The finality of it was a punch to the gut. He couldn’t fix this with words. She wouldn’t hear them. He had to use actions.

He made a call. Not to his mother, not to his COO. He called a number saved under a single letter: X. The man who answered was a ghost, a specialist in finding things that didn’t want to be found.

“I have a job for you,” Kian said, his voice flat and dead. “I need you to find the source of an anonymous complaint filed with the board of the Metropolitan Museum of Art regarding a curator named Audrey Wells. I need proof. Digital fingerprints, IP addresses, everything. I need it yesterday.”

“It will be expensive,” the voice on the other end said.

“I don’t care,” Kian snapped. He had all the money in the world. It was worthless if he couldn’t protect her. “And I need it delivered in a way that can’t be traced back to me. Understood?”

“Understood.”

He hung up. That was step one. Undoing the damage.

Step two was harder. He had to explain the unexplainable. The boy. Cassandra. His mother’s web of lies. A text wouldn’t work. A call was impossible.

It had to be a letter.

He told his driver to take him to his office. The real one. The glass tower that scraped the sky. He walked into the penthouse suite, past the priceless art and the panoramic views of the city he owned, and felt nothing.

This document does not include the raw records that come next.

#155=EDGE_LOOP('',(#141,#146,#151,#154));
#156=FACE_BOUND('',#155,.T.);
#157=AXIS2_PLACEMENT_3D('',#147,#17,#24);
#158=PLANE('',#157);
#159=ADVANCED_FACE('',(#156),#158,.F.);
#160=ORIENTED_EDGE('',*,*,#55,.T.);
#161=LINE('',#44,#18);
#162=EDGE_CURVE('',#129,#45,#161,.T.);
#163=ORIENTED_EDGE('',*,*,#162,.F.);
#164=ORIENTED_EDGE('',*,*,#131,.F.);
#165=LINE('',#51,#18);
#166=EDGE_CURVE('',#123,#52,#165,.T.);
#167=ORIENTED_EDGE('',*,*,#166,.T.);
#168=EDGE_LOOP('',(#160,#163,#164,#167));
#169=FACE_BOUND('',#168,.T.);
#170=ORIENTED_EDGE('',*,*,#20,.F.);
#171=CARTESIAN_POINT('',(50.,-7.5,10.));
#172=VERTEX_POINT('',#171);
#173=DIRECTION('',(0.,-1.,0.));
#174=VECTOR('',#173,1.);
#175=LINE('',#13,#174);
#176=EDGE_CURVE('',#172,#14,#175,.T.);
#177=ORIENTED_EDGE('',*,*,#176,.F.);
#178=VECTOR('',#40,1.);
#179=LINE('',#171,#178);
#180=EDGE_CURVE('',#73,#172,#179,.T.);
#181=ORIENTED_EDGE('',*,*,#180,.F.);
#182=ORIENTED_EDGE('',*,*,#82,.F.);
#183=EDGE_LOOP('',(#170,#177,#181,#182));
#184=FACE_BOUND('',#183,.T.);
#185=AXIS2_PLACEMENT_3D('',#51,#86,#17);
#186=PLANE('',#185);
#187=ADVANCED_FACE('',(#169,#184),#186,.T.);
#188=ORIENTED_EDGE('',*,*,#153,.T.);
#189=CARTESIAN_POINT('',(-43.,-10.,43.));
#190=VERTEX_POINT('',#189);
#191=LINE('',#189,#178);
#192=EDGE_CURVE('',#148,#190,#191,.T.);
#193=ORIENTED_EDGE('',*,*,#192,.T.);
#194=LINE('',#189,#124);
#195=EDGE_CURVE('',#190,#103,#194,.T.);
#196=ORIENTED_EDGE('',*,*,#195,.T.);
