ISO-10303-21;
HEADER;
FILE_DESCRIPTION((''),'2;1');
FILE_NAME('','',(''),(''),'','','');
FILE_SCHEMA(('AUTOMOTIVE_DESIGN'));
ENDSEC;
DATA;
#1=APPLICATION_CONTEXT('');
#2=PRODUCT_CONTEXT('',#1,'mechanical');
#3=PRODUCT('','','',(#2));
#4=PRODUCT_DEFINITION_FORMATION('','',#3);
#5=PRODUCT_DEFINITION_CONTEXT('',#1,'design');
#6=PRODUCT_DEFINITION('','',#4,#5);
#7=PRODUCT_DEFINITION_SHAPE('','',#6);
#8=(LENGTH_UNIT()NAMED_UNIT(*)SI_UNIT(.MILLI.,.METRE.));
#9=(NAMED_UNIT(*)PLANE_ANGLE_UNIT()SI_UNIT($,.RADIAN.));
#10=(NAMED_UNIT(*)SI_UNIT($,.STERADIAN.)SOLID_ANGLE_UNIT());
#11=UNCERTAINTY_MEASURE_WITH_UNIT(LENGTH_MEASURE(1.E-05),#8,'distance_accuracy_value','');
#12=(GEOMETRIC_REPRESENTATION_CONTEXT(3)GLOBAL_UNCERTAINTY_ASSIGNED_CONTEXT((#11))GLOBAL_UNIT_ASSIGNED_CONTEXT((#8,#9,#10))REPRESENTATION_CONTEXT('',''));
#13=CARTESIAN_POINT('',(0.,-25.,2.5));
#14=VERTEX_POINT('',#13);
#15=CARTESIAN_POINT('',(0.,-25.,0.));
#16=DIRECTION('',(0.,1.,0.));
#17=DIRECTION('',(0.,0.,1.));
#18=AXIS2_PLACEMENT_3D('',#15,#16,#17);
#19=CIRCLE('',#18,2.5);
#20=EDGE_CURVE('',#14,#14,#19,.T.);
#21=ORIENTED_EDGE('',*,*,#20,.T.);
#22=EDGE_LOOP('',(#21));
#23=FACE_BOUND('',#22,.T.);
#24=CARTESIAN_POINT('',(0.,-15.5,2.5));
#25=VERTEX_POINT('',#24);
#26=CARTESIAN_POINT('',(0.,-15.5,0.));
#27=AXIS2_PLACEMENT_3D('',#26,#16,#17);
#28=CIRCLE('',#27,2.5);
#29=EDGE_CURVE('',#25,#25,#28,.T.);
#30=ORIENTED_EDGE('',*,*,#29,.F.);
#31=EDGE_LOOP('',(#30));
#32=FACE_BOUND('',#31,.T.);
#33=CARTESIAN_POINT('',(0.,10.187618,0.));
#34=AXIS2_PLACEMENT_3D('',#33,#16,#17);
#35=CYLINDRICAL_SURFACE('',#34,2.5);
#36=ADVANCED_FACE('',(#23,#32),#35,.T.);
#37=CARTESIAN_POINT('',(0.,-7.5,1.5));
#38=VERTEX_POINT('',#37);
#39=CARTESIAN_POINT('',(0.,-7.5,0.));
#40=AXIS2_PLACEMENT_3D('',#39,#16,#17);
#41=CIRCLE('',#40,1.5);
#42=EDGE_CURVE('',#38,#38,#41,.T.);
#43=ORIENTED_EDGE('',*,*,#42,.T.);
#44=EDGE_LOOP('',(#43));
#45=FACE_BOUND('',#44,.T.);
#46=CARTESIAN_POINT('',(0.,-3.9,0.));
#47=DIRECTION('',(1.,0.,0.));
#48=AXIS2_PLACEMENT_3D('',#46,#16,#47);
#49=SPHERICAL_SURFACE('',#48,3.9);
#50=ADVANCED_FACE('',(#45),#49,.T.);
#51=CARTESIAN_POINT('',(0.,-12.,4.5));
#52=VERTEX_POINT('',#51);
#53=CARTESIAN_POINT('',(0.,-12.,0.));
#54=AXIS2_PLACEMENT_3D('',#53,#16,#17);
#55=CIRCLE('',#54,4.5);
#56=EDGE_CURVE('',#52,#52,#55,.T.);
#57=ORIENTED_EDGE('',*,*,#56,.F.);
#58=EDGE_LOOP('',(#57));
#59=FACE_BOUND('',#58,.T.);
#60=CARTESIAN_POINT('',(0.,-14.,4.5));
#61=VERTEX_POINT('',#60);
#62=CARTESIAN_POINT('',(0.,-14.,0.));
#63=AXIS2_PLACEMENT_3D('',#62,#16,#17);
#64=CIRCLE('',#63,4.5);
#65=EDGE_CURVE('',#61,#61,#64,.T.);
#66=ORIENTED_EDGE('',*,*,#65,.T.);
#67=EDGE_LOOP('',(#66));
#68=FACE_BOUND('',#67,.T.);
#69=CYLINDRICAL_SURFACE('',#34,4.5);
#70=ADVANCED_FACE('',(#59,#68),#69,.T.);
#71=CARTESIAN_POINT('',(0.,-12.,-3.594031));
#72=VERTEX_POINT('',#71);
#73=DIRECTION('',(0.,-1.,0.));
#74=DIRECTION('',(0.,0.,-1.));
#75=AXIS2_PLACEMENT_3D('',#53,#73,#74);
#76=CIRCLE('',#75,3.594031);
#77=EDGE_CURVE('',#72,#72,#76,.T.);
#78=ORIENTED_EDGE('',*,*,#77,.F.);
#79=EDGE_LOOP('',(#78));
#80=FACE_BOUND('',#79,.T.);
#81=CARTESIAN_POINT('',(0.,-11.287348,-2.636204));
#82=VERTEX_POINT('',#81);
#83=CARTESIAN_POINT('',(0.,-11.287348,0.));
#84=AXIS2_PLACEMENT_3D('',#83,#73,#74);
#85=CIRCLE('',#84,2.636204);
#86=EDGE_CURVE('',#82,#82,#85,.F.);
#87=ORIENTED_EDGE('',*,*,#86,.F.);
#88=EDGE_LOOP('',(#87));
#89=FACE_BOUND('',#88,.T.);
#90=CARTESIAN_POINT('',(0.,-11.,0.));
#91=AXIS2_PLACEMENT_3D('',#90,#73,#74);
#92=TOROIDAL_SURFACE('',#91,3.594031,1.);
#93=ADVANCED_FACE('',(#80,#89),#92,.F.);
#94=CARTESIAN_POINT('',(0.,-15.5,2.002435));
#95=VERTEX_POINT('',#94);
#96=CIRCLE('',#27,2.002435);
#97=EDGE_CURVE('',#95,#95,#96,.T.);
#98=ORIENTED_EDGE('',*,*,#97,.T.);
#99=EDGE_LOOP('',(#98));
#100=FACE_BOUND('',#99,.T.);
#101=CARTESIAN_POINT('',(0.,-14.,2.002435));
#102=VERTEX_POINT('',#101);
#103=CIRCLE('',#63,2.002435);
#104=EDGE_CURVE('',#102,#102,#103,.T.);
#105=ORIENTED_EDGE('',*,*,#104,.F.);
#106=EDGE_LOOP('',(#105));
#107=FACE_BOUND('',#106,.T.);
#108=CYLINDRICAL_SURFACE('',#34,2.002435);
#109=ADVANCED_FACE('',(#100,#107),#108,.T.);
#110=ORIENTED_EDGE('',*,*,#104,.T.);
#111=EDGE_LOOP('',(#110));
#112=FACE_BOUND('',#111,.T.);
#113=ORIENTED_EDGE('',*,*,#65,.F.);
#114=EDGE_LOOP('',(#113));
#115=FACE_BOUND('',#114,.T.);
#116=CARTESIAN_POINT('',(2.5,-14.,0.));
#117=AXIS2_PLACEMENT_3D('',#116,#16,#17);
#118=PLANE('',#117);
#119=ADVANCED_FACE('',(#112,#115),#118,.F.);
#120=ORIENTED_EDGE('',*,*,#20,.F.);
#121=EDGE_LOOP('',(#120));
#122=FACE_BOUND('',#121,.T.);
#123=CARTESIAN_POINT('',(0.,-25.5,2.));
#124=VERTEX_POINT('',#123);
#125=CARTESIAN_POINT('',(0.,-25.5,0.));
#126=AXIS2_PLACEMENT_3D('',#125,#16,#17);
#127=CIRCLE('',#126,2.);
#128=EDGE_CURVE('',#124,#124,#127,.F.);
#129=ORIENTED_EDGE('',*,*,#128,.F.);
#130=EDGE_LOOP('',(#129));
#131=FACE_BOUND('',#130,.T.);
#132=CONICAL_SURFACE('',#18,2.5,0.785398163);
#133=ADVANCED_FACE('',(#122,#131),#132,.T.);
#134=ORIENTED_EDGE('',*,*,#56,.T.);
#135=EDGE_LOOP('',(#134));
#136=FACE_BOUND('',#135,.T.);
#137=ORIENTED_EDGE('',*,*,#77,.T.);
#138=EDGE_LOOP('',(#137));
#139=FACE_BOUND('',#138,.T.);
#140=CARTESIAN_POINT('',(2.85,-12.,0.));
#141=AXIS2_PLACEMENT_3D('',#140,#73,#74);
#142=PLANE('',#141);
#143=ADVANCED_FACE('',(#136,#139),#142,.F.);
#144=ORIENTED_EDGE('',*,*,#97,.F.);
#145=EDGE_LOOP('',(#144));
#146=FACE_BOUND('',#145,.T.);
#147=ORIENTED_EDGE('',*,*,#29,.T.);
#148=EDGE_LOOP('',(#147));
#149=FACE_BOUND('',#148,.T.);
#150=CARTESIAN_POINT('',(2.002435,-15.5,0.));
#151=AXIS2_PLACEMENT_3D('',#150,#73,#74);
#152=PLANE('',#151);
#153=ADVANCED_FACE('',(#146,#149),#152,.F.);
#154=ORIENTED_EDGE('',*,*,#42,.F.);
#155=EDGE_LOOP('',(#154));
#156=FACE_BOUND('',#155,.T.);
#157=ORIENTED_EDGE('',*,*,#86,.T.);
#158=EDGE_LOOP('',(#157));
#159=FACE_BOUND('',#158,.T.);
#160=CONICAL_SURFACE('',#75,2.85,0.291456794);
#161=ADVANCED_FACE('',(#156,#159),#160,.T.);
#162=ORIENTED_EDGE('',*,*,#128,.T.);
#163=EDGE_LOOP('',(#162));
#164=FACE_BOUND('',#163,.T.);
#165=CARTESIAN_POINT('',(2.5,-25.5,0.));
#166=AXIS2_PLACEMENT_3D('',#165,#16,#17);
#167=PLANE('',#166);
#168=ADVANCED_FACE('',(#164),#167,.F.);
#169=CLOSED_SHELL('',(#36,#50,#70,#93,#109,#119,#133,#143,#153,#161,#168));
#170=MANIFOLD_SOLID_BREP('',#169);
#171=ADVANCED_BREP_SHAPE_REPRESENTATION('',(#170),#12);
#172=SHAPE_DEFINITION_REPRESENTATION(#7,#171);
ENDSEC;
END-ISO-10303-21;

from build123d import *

# Parameters (mm, degrees)
CHANFREIN1_SIZE = 0.5
CONG_1_R        = 1


with BuildPart() as part:
    # Esquisse2 → Base-Révolution (revolve)
    with BuildSketch(Plane.XY, mode=Mode.PRIVATE) as base_r_volution_sk:
        with BuildLine():
            Line((1.5, -7.5), (2.85, -12))
            Line((2.85, -12), (4.5, -12))
            Line((4.5, -12), (4.5, -14))
            Line((4.5, -14), (2.5, -14))
            Line((2.5, -14), (2.002434927, -14))
            Line((2.002434927, -14), (2.002434927, -15.5))
            Line((2.002434927, -15.5), (2.5, -15.5))
            Line((2.5, -15.5), (2.5, -25.5))
            Line((2.5, -25.5), (0, -25.5))
            Line((0, -25.5), (0, 0))
            ThreePointArc((0, 0), (3.824264635, -3.135147073), (1.5, -7.5))
        make_face()
    revolve(base_r_volution_sk.sketch.rotate(Axis((0, 10.187617919, 0), (0, -1, 0)), 90), axis=Axis((0, 10.187617919, 0), (0, -1, 0)))  # turned: the seam where the file's is

    # Chanfrein1
    chanfrein1_edges = [part.edges().sort_by_distance(p)[0] for p in [
        (0, -25.5, -2.5),
    ]]
    chamfer(chanfrein1_edges, length=CHANFREIN1_SIZE)

    # Congé1
    cong_1_edges = [part.edges().sort_by_distance(p)[0] for p in [
        (0, -12, -2.85),
    ]]
    fillet(cong_1_edges, radius=CONG_1_R)


solid = part.part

He sat at a massive mahogany desk and took out a single sheet of heavy, cream-colored paper. His company’s letterhead was embossed at the top. STERLING MARITIME.

He stared at it, then crumpled it in his fist. This couldn’t come from the magnate. It had to come from the man.

He found a plain sheet of paper and a simple pen.

And he began to write.

The next few days were a blur of sleep and silence.

Audrey didn’t leave Maya’s apartment. She called the museum and told them she had the flu, her voice a croak. They were surprisingly understanding.

Maya would leave for work in the morning and return in the evening with groceries and a determinedly cheerful attitude. She never pushed Audrey to talk. She just existed, a quiet, solid presence that kept the walls from closing in.

Audrey spent the hours with her hand resting on her still-flat stomach.

A baby. Her baby.

Was it the child of a lying billionaire who had another family? Or the child of a manipulative sociopath who had destroyed her career to control her?

There was no good answer. This tiny, secret life was the only thing that mattered now. She had to protect it. She had to build a world for it, away from the wreckage of her own.

On the third day, she felt a shift. The crushing weight of despair was still there, but something else was growing beneath it. A hard, cold knot of anger. Of resolve.

They would not break her.

That afternoon, a thick envelope arrived for Maya. Her name was on the front, but the letter inside the first envelope was addressed to Audrey.

A failsafe. He knew she wouldn’t accept anything with his name on it.

“It’s from a courier,” Maya said, handing it to her. “No return address.”

Audrey took it. The paper was heavy, expensive. She knew, with a certainty that made her stomach clench, who it was from. His handwriting was on the front. Just her name.

Audrey.

She stared at it, her thumb tracing the sharp, dark lines of the ink. Her first instinct was to tear it to shreds. To burn it. To erase his words just as she had erased his number.

But she didn’t.

She stood in the middle of Maya’s living room, holding the letter. It felt warm in her hand. It felt dangerous. A key to a door she had locked and barricaded.

He was a liar. His words were his weapon.

But what if, for the first time, they were also the truth?

The question was a tiny crack in her fortress wall. She held the unopened letter, her heart pounding a frantic, terrified, and traitorous rhythm against her ribs.